TASK: Could you write out all of the data again, word for word?

------------------------------

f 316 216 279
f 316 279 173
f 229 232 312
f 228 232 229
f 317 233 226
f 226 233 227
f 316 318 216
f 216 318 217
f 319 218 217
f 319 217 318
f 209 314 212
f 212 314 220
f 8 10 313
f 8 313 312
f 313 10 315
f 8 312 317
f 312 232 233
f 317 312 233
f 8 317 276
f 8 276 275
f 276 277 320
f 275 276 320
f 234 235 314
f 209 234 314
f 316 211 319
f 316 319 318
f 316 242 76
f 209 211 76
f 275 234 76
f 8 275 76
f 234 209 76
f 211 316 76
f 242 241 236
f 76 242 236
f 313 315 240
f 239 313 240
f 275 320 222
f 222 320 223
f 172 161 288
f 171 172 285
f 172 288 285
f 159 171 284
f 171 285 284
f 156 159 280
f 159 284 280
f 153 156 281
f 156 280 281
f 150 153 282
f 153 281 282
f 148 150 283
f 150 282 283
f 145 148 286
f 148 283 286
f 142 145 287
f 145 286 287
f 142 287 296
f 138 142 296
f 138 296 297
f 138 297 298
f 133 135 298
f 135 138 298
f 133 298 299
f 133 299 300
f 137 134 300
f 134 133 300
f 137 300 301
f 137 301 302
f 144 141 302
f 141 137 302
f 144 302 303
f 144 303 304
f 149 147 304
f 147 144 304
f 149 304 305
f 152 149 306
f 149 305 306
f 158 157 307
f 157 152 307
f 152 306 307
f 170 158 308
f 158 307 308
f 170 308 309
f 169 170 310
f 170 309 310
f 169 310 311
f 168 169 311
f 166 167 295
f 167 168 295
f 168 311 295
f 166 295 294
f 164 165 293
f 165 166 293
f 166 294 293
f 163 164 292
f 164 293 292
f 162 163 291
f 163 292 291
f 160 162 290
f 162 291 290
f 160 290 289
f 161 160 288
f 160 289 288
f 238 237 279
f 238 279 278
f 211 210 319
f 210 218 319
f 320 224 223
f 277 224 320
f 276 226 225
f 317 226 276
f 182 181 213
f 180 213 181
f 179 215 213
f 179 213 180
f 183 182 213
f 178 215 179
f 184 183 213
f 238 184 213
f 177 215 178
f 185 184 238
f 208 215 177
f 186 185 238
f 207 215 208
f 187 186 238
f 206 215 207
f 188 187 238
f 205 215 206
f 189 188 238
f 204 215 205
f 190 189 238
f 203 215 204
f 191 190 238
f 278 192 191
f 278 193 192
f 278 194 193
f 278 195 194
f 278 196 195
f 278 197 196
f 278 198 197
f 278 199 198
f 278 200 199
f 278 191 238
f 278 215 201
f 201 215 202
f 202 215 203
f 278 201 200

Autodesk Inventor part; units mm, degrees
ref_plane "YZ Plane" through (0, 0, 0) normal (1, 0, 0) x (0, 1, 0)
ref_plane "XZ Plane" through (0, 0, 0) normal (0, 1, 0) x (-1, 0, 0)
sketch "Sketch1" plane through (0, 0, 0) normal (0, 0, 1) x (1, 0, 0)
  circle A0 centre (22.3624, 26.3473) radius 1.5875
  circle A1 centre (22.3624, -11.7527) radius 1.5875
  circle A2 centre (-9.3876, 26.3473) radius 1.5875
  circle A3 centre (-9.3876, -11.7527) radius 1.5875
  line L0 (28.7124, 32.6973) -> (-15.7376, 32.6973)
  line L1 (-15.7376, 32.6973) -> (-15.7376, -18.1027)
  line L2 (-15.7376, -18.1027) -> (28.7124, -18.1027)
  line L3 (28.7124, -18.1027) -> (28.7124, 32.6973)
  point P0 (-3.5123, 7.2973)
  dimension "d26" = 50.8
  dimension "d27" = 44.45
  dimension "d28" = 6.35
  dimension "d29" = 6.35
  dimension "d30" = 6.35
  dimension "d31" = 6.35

------------------------------

OUTPUT:
f 316 216 279
f 316 279 173
f 229 232 312
f 228 232 229
f 317 233 226
f 226 233 227
f 316 318 216
f 216 318 217
f 319 218 217
f 319 217 318
f 209 314 212
f 212 314 220
f 8 10 313
f 8 313 312
f 313 10 315
f 8 312 317
f 312 232 233
f 317 312 233
f 8 317 276
f 8 276 275
f 276 277 320
f 275 276 320
f 234 235 314
f 209 234 314
f 316 211 319
f 316 319 318
f 316 242 76
f 209 211 76
f 275 234 76
f 8 275 76
f 234 209 76
f 211 316 76
f 242 241 236
f 76 242 236
f 313 315 240
f 239 313 240
f 275 320 222
f 222 320 223
f 172 161 288
f 171 172 285
f 172 288 285
f 159 171 284
f 171 285 284
f 156 159 280
f 159 284 280
f 153 156 281
f 156 280 281
f 150 153 282
f 153 281 282
f 148 150 283
f 150 282 283
f 145 148 286
f 148 283 286
f 142 145 287
f 145 286 287
f 142 287 296
f 138 142 296
f 138 296 297
f 138 297 298
f 133 135 298
f 135 138 298
f 133 298 299
f 133 299 300
f 137 134 300
f 134 133 300
f 137 300 301
f 137 301 302
f 144 141 302
f 141 137 302
f 144 302 303
f 144 303 304
f 149 147 304
f 147 144 304
f 149 304 305
f 152 149 306
f 149 305 306
f 158 157 307
f 157 152 307
f 152 306 307
f 170 158 308
f 158 307 308
f 170 308 309
f 169 170 310
f 170 309 310
f 169 310 311
f 168 169 311
f 166 167 295
f 167 168 295
f 168 311 295
f 166 295 294
f 164 165 293
f 165 166 293
f 166 294 293
f 163 164 292
f 164 293 292
f 162 163 291
f 163 292 291
f 160 162 290
f 162 291 290
f 160 290 289
f 161 160 288
f 160 289 288
f 238 237 279
f 238 279 278
f 211 210 319
f 210 218 319
f 320 224 223
f 277 224 320
f 276 226 225
f 317 226 276
f 182 181 213
f 180 213 181
f 179 215 213
f 179 213 180
f 183 182 213
f 178 215 179
f 184 183 213
f 238 184 213
f 177 215 178
f 185 184 238
f 208 215 177
f 186 185 238
f 207 215 208
f 187 186 238
f 206 215 207
f 188 187 238
f 205 215 206
f 189 188 238
f 204 215 205
f 190 189 238
f 203 215 204
f 191 190 238
f 278 192 191
f 278 193 192
f 278 194 193
f 278 195 194
f 278 196 195
f 278 197 196
f 278 198 197
f 278 199 198
f 278 200 199
f 278 191 238
f 278 215 201
f 201 215 202
f 202 215 203
f 278 201 200

Autodesk Inventor part; units mm, degrees
ref_plane "YZ Plane" through (0, 0, 0) normal (1, 0, 0) x (0, 1, 0)
ref_plane "XZ Plane" through (0, 0, 0) normal (0, 1, 0) x (-1, 0, 0)
sketch "Sketch1" plane through (0, 0, 0) normal (0, 0, 1) x (1, 0, 0)
  circle A0 centre (22.3624, 26.3473) radius 1.5875
  circle A1 centre (22.3624, -11.7527) radius 1.5875
  circle A2 centre (-9.3876, 26.3473) radius 1.5875
  circle A3 centre (-9.3876, -11.7527) radius 1.5875
  line L0 (28.7124, 32.6973) -> (-15.7376, 32.6973)
  line L1 (-15.7376, 32.6973) -> (-15.7376, -18.1027)
  line L2 (-15.7376, -18.1027) -> (28.7124, -18.1027)
  line L3 (28.7124, -18.1027) -> (28.7124, 32.6973)
  point P0 (-3.5123, 7.2973)
  dimension "d26" = 50.8
  dimension "d27" = 44.45
  dimension "d28" = 6.35
  dimension "d29" = 6.35
  dimension "d30" = 6.35
  dimension "d31" = 6.35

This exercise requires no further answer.